И не стала ли формула Жуковского: «Я вас предчувствую!» из его обращения к С.А. Самойловой, которой поэт увлекся в 1819 г. и альбом которой, где эти слова звучат, был опубликован в 1901 г. [16], импульсом для стихотворения А. Блока «Предчувствую Тебя. Года проходят мимо.» из цикла «Стихов о Прекрасной Даме», написанного 4 июня 1901 г.?!
Но дело, конечно же, не в этих рецептивных отзвуках писем Жуковского в большом пространстве русской культуры, хотя именно они обессмертили открытия поэта в сфере любовного томления и «сердечного воображения».
Важно другое: история драматической любви Жуковского, отраженная в его эпистолярии, генерированная в его текстах, входила в сферу литературного быта и определяла не столько бытовое поведение, сколько идеологию, психологию и философию русского классического романа, его национальное своеобразие.
III
«1800-е годы — время собирания сил, формирования партий, установления и пересмотра литературных репутаций. <.> Идет самоопределение новой общественно-литературной генерации» [17. С. 7] — это суждение одного из авторитетных исследователей русского литературного быта неразрывно связано с историей общества «Арзамас», душой которого по праву можно назвать Жуковского.
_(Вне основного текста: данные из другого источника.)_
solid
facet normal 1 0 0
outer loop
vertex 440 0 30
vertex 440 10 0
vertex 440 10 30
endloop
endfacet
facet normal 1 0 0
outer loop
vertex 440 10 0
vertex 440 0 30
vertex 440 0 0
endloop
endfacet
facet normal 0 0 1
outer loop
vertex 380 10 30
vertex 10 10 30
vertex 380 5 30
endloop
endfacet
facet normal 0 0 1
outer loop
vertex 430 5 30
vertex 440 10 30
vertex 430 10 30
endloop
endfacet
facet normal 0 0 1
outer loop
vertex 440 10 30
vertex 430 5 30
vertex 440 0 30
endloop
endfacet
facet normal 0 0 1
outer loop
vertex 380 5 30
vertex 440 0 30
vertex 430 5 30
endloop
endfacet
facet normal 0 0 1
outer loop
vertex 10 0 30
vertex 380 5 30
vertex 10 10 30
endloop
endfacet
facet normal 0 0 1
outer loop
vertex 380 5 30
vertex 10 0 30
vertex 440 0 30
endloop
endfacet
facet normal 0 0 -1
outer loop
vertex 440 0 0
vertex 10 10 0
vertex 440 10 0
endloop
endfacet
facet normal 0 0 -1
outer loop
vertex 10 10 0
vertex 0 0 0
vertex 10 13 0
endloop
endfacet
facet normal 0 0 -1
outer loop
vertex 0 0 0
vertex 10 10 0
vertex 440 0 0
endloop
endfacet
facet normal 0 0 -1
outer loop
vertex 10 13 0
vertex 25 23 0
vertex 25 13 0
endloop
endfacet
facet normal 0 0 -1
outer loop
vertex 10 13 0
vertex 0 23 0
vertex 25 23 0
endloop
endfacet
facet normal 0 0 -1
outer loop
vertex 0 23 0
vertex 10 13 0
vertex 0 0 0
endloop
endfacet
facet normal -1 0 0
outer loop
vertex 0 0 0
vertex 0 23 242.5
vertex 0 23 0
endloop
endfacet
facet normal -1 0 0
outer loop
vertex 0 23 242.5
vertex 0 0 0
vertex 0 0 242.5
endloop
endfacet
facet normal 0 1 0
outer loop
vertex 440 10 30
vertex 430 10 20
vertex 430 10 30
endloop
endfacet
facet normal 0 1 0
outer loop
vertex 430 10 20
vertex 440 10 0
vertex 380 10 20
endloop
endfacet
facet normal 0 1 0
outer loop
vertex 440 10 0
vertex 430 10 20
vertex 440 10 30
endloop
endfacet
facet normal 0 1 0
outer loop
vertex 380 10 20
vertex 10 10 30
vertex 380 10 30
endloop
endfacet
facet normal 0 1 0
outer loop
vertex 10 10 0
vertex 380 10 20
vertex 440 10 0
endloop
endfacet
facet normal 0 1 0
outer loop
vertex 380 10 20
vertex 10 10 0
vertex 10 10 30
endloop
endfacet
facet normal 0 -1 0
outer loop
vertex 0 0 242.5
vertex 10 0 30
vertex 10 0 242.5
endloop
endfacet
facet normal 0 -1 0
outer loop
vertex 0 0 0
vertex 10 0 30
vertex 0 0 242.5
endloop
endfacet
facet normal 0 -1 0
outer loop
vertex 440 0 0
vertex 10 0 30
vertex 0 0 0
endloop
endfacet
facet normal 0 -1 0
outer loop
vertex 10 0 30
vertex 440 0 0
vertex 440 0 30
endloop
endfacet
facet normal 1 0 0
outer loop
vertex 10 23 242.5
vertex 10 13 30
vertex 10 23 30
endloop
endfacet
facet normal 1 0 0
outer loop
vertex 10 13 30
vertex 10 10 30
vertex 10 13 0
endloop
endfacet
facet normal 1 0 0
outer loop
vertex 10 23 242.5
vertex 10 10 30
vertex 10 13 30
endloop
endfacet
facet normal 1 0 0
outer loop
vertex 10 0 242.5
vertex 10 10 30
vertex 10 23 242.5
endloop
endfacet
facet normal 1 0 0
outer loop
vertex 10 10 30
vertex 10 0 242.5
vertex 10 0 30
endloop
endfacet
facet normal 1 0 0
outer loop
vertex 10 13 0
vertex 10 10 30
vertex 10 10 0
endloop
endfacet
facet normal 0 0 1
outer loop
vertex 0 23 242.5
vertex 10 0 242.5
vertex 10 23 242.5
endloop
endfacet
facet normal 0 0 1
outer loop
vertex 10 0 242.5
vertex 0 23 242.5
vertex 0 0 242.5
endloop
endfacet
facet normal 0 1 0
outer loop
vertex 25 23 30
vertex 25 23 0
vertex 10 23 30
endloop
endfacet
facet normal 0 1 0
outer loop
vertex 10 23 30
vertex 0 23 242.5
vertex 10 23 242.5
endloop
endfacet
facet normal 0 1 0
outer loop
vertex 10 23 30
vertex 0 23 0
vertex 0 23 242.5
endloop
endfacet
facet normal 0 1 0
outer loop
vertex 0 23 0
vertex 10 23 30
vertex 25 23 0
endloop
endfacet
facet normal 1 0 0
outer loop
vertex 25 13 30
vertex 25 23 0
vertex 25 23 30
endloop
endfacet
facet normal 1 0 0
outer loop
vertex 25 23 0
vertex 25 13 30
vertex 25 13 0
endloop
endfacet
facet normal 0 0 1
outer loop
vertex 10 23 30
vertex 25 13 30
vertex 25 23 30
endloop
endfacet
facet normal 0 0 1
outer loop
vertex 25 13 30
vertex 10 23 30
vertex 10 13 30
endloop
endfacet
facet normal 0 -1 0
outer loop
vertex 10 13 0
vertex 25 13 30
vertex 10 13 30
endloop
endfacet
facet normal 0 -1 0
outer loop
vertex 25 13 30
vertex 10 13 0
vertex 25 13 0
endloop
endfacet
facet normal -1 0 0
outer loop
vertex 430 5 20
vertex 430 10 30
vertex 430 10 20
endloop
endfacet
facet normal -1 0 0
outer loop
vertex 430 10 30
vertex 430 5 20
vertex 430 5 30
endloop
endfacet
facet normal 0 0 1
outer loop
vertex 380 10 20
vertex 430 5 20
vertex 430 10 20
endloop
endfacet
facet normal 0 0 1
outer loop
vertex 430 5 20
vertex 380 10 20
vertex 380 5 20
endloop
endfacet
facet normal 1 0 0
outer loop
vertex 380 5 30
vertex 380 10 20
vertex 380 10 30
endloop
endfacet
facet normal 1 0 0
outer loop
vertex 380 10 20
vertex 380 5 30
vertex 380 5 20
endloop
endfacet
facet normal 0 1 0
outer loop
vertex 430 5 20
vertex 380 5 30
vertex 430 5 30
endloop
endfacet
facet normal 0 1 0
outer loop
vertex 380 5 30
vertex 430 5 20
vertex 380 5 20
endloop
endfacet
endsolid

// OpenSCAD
render_part_1 = true;
render_part_2 = false;
render_part_3 = false;

beam_length = 440;
beam_width = 30;
beam_thickness = 10;
beam_hook_length = 15;
beam_hook_depth = 3;

hinge_bracket_height = 48;
hinge_pin_diameter = 10;
hinge_pin_spacing = 0.6;
hinge_pin_head_spacing = 1;
hinge_pin_wall = 7;
hinge_pin_overall_diameter = hinge_pin_diameter + 2 * hinge_pin_wall;
hinge_pin_steps = $preview ? 15 : 90;
hinge_pin_ramp_height = 5;

hinge_bracket_cutaway_start = beam_length - hinge_bracket_height - beam_thickness - 1;
hinge_bracket_width = beam_width + 1.5 * beam_thickness;

hinge_pin_head_height = 30;

pin_to_wall_distance = 0.5 * hinge_pin_overall_diameter + 1.45 * beam_thickness;

cell_phone_width = 170;
cell_phone_height = 85;
cell_phone_thickness = 19;

cell_phone_opening_start = 16;
cell_phone_opening_length = 41;
cell_phone_opening_thickness = 12;

bucket_wall_thickness = 3;
bucket_floor_thickness = 12;
bucket_floor_angle = 35;
bucket_width = cell_phone_width + 2 * bucket_wall_thickness;
bucket_height = cell_phone_height + bucket_floor_thickness + hinge_pin_head_height;
bucket_thickness = cell_phone_thickness + 2 * bucket_wall_thickness;

bucket_retainer_width = 5;
bucket_retainer_height = cell_phone_height / 5;

part_2_y_offset = 60;
part_3_y_offset = 120;

// Part 1: Bracket that hangs off top of shower frame
if (render_part_1)
difference()
{
  union()
  {
    cube([beam_length, beam_thickness, beam_width]);

    cube([beam_thickness, 2 * beam_thickness + beam_hook_depth, beam_width + beam_thickness + pin_to_wall_distance + bucket_width]);

    translate([0, beam_thickness + beam_hook_depth, 0])
    cube([beam_thickness + beam_hook_length, beam_thickness, beam_width]);
  }
  
  translate([hinge_bracket_cutaway_start - 1, 0.5 * beam_thickness, beam_width - beam_thickness])
  cube([hinge_bracket_height + 2, 0.5 * beam_thickness + 2, beam_thickness + 1]);
}

// Part 2: Hinge that attaches near bottom of bracket
if (render_part_2)
union()
{
  rotate([0, 90, 0])
  translate([-(hinge_bracket_height + hinge_bracket_cutaway_start), part_2_y_offset + 0.5 * beam_thickness + hinge_pin_overall_diameter, 0.5 * beam_thickness])
  color("red")
  {
    union()
    {
      translate([hinge_bracket_cutaway_start, 0.5 * beam_thickness, beam_width - beam_thickness])
      cube([hinge_bracket_height, 0.45 * beam_thickness, beam_thickness + 2]);
      
      translate([hinge_bracket_cutaway_start, -0.5 * beam_thickness, beam_width])
      cube([hinge_bracket_height, 1.45 * beam_thickness, beam_thickness]);
      
      translate([hinge_bracket_cutaway_start, -0.5 * beam_thickness, -0.5 * beam_thickness])
      cube([hinge_bracket_height, 0.5 * beam_thickness, 1.5 * beam_thickness + beam_width - 1]);
      
      translate([hinge_bracket_cutaway_start, -0.5 * beam_thickness, -0.5 * beam_thickness])
      cube([hinge_bracket_height, 0.5 * beam_thickness + 2, 0.5 * beam_thickness]);
    }
  }
  
  color("blue")
  {
    translate([hinge_bracket_width - 0.5 * hinge_pin_overall_diameter, part_2_y_offset + hinge_pin_overall_diameter * 0.5, 0])
    difference()
    {
      union()
      {
        cylinder(hinge_bracket_height, hinge_pin_overall_diameter * 0.5, hinge_pin_overall_diameter * 0.5, $fn = hinge_pin_steps * 2);
        
        translate([-0.5 * hinge_pin_overall_diameter, 0, 0])
        cube([hinge_pin_overall_diameter, hinge_pin_overall_diameter * 0.5, hinge_bracket_height]);
      }

      translate([0, 0, -1])
      cylinder(hinge_bracket_height + 2, (hinge_pin_diameter + hinge_pin_spacing) * 0.5, (hinge_pin_diameter + hinge_pin_spacing) * 0.5, $fn = hinge_pin_steps);

      hinge_ramp();
    }
  }
}

module hinge_ramp_wedge(outer_radius, inner_radius, step, height)
{
  for (half = [0, 180])
  {
    start_angle = half + (step - 1) * 180 / hinge_pin_steps;
    end_angle = half + step * 180 / hinge_pin_steps + 0.1;
    
    start_height = hinge_bracket_height - hinge_pin_ramp_height * (step - 1) / hinge_pin_steps;
    end_height = hinge_bracket_height - hinge_pin_ramp_height * step / hinge_pin_steps;
    
    outer_start_x = outer_radius * cos(start_angle);
    outer_start_y = outer_radius * sin(start_angle);
    
    outer_end_x = outer_radius * cos(end_angle);
    outer_end_y = outer_radius * sin(end_angle);
    
    inner_start_x = inner_radius * cos(start_angle);
    inner_start_y = inner_radius * sin(start_angle);
    
    inner_end_x = inner_radius * cos(end_angle);
    inner_end_y = inner_radius * sin(end_angle);
    
    top_pt1 = [outer_start_x, outer_start_y, height];
    top_pt2 = [outer_end_x, outer_end_y, height];
    top_pt3 = [inner_end_x, inner_end_y, height];
    top_pt4 = [inner_start_x, inner_start_y, height];
    
    bottom_pt1 = [outer_start_x, outer_start_y, start_height];
    bottom_pt2 = [outer_end_x, outer_end_y, end_height];
    bottom_pt3 = [inner_end_x, inner_end_y, end_height];
    bottom_pt4 = [inner_start_x, inner_start_y, start_height];
    
    polyhedron(
      points =
        [
          top_pt1, bottom_pt1,
          top_pt2, bottom_pt2,
          top_pt3, bottom_pt3,
          top_pt4, bottom_pt4
        ],
      faces =
        [
          [0, 2, 3, 1],
          [2, 4, 5, 3],
          [4, 6, 7, 5],
          [6, 0, 1, 7],
          [0, 6, 4, 2],
          [1, 3, 5, 7]
        ]);
  }
}

module hinge_ramp(height = hinge_bracket_height + 1, spacing = 0, clear = true)
{
  outer_radius = 0.5 * (hinge_pin_overall_diameter - spacing);
  inner_radius = 0.5 * (hinge_pin_diameter - 1);
  clear_radius = hinge_pin_overall_diameter + 1;
  
  for (step = [1 : hinge_pin_steps])
  {
    hinge_ramp_wedge(outer_radius, inner_radius, step, height);
    
    if (clear)
      hinge_ramp_wedge(clear_radius, outer_radius - 0.1, step, height);
  }
}

// Part 3: Bucket that holds cell phone and sits in hinge
if (render_part_3)
color("green")
translate($preview ? [0, part_2_y_offset + 0.5 * hinge_pin_overall_diameter + pin_to_wall_distance, 0] : [0, part_3_y_offset, 0])
{
  translate([hinge_bracket_width - 0.5 * hinge_pin_overall_diameter, -pin_to_wall_distance, 0])
  union()
  {
    hinge_ramp(height = hinge_bracket_height + hinge_pin_head_height, spacing = hinge_pin_head_spacing, clear = false);
    
    cylinder(hinge_bracket_height + hinge_pin_head_height, 0.5 * hinge_pin_diameter, 0.5 * hinge_pin_diameter, $fn = hinge_pin_steps * 2);
    
    attachment_length = pin_to_wall_distance - 0.5 * bucket_thickness + hinge_pin_head_spacing + 0.5; // TODO: figure out where this 0.5 is supposed to be coming from
    
    translate([0, 0.5 * hinge_pin_overall_diameter - bucket_thickness - hinge_pin_head_spacing, hinge_bracket_height + hinge_pin_head_spacing])
    difference()
    {
      multmatrix(
        [[1, 0, 0, 0],
         [1, 1, 0, 0],
         [0, 0, 1, 0],
         [0, 0, 0, 1]])
      {
        cube([attachment_length, bucket_thickness, hinge_pin_head_height - hinge_pin_head_spacing]);
      }
      
      // Prevent attachment from sticking out the other side of the pin head
      translate([-1, -hinge_pin_overall_diameter / sqrt(2), -1])
      cube([attachment_length, hinge_pin_overall_diameter, hinge_pin_head_height + 2]);
    }
    
    translate([attachment_length, pin_to_wall_distance - bucket_thickness, hinge_bracket_height + hinge_pin_head_height - bucket_height])
    bucket();
  }
}

module bucket()
{
  union()
  {
    difference()
    {
      cube([bucket_width, bucket_thickness, bucket_height]);
      
      translate([bucket_wall_thickness, bucket_wall_thickness, bucket_floor_thickness])
      cube([cell_phone_width, bucket_thickness, cell_phone_height]);
      
      translate([0.5 * bucket_wall_thickness + cell_phone_width, bucket_wall_thickness + cell_phone_thickness - cell_phone_opening_thickness, bucket_floor_thickness + cell_phone_height - cell_phone_opening_start - cell_phone_opening_length])
      cube([2 * bucket_wall_thickness, cell_phone_opening_thickness, cell_phone_opening_length]);
      
      taper_side_length = cell_phone_opening_thickness / sqrt(2);
      
      translate([1.5 * bucket_wall_thickness + cell_phone_width, bucket_wall_thickness + cell_phone_thickness - 0.5 * cell_phone_opening_thickness, bucket_floor_thickness + cell_phone_height - cell_phone_opening_start])
      rotate([45, 0, 0])
      cube([2 * bucket_wall_thickness, taper_side_length, taper_side_length], center = true);
      
      translate([1.5 * bucket_wall_thickness + cell_phone_width, bucket_wall_thickness + cell_phone_thickness - 0.5 * cell_phone_opening_thickness, bucket_floor_thickness + cell_phone_height - cell_phone_opening_start - cell_phone_opening_length])
      rotate([45, 0, 0])
      cube([2 * bucket_wall_thickness, taper_side_length, taper_side_length], center = true);
      
      floor_angle_side_length = cell_phone_thickness / sqrt(2);
      
      translate([bucket_wall_thickness + 0.5 * cell_phone_width, bucket_wall_thickness + 0.5 * cell_phone_thickness, bucket_floor_thickness])
      scale([1, 1, sin(bucket_floor_angle) * sqrt(2)])
      rotate([45, 0, 0])
      cube([cell_phone_width, floor_angle_side_length, floor_angle_side_length], center = true);
    }
    
    difference()
    {
      translate([bucket_wall_thickness - 1, bucket_thickness - bucket_wall_thickness, bucket_floor_thickness])
      cube([bucket_retainer_width + 1, bucket_wall_thickness, bucket_retainer_height]);
      
      taper_side_length = bucket_retainer_width * sqrt(2);
      
      translate([bucket_wall_thickness + bucket_retainer_width, bucket_thickness - 0.5 * bucket_wall_thickness, bucket_floor_thickness + bucket_retainer_height])
      rotate([0, 45, 0])
      cube([taper_side_length, bucket_wall_thickness * 2, taper_side_length], center = true);
    }

    difference()
    {
      translate([bucket_wall_thickness + cell_phone_width - bucket_retainer_width, bucket_thickness - bucket_wall_thickness, bucket_floor_thickness])
      cube([bucket_retainer_width + 1, bucket_wall_thickness, bucket_retainer_height]);
      
      taper_side_length = bucket_retainer_width * sqrt(2);
      
      translate([bucket_wall_thickness + cell_phone_width - bucket_retainer_width, bucket_thickness - 0.5 * bucket_wall_thickness, bucket_floor_thickness + bucket_retainer_height])
      rotate([0, 45, 0])
      cube([taper_side_length, bucket_wall_thickness * 2, taper_side_length], center = true);
    }
  }
}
Именно в его эпистолярии обозначаются характерные тенденции русской смеховой культуры, на которой произрастал «Арзамас». Игровое начало, пародийный подтекст, культ слова как мирозиждительной силы определяют содержание эпистолярных текстов Жуковского 1800—1810-х гг. Сначала они обозначатся в специальных заседаниях черненской «Академии любопытных нахалов», в юмористических журналах «Муратовский сморчок» «Муратовская вошь», в долбинских стихотворениях [18. С. 23—24; 19. С. 22— 27; 20. С. 678—682], а затем, параллельно с этими опытами, войдут и в дружескую переписку. Письма к барону И. П. Черкасову, сестрам Протасовым, к племяннице А. П. Киреевской хранят атмосферу домашней галиматьи. Как справедливо замечает Р.В. Иезуитова, «тяга к юмору, дружеской шутке, острое восприятие комических сторон жизни отличают бытовое поведение Жуковского. Современников, близко знавших его, поражало резкое несовпадение жизненного, повседневного облика поэта с общим меланхолическим колоритом его стихов» [19. С. 23].
Нужно заметить, что это бытовое поведение именно в эпистолярии имело свое текстопорождение — и здесь уже быт генерировался в текст. Постепенно из узкого круга переписки с родными и близкими это игровое начало внедряется в письма, обращенные к литературным единомышленникам. В письме к Вяземскому от октября 1811 г. Жуковский так живописует свое знакомство с А.А. Плещеевым: «.вместе <.> пишем комедии, играем их.», а в ноябре того же года вновь сообщает: «Мы с Плещеевым пишем комедии, каких никто никогда не писывал — половина по-русски, половина по-французски и все в стихах. <.> Дивись только тому, что я играю на театре, пою и танцую в балете в костюме Жука!» [17. С. 173—174].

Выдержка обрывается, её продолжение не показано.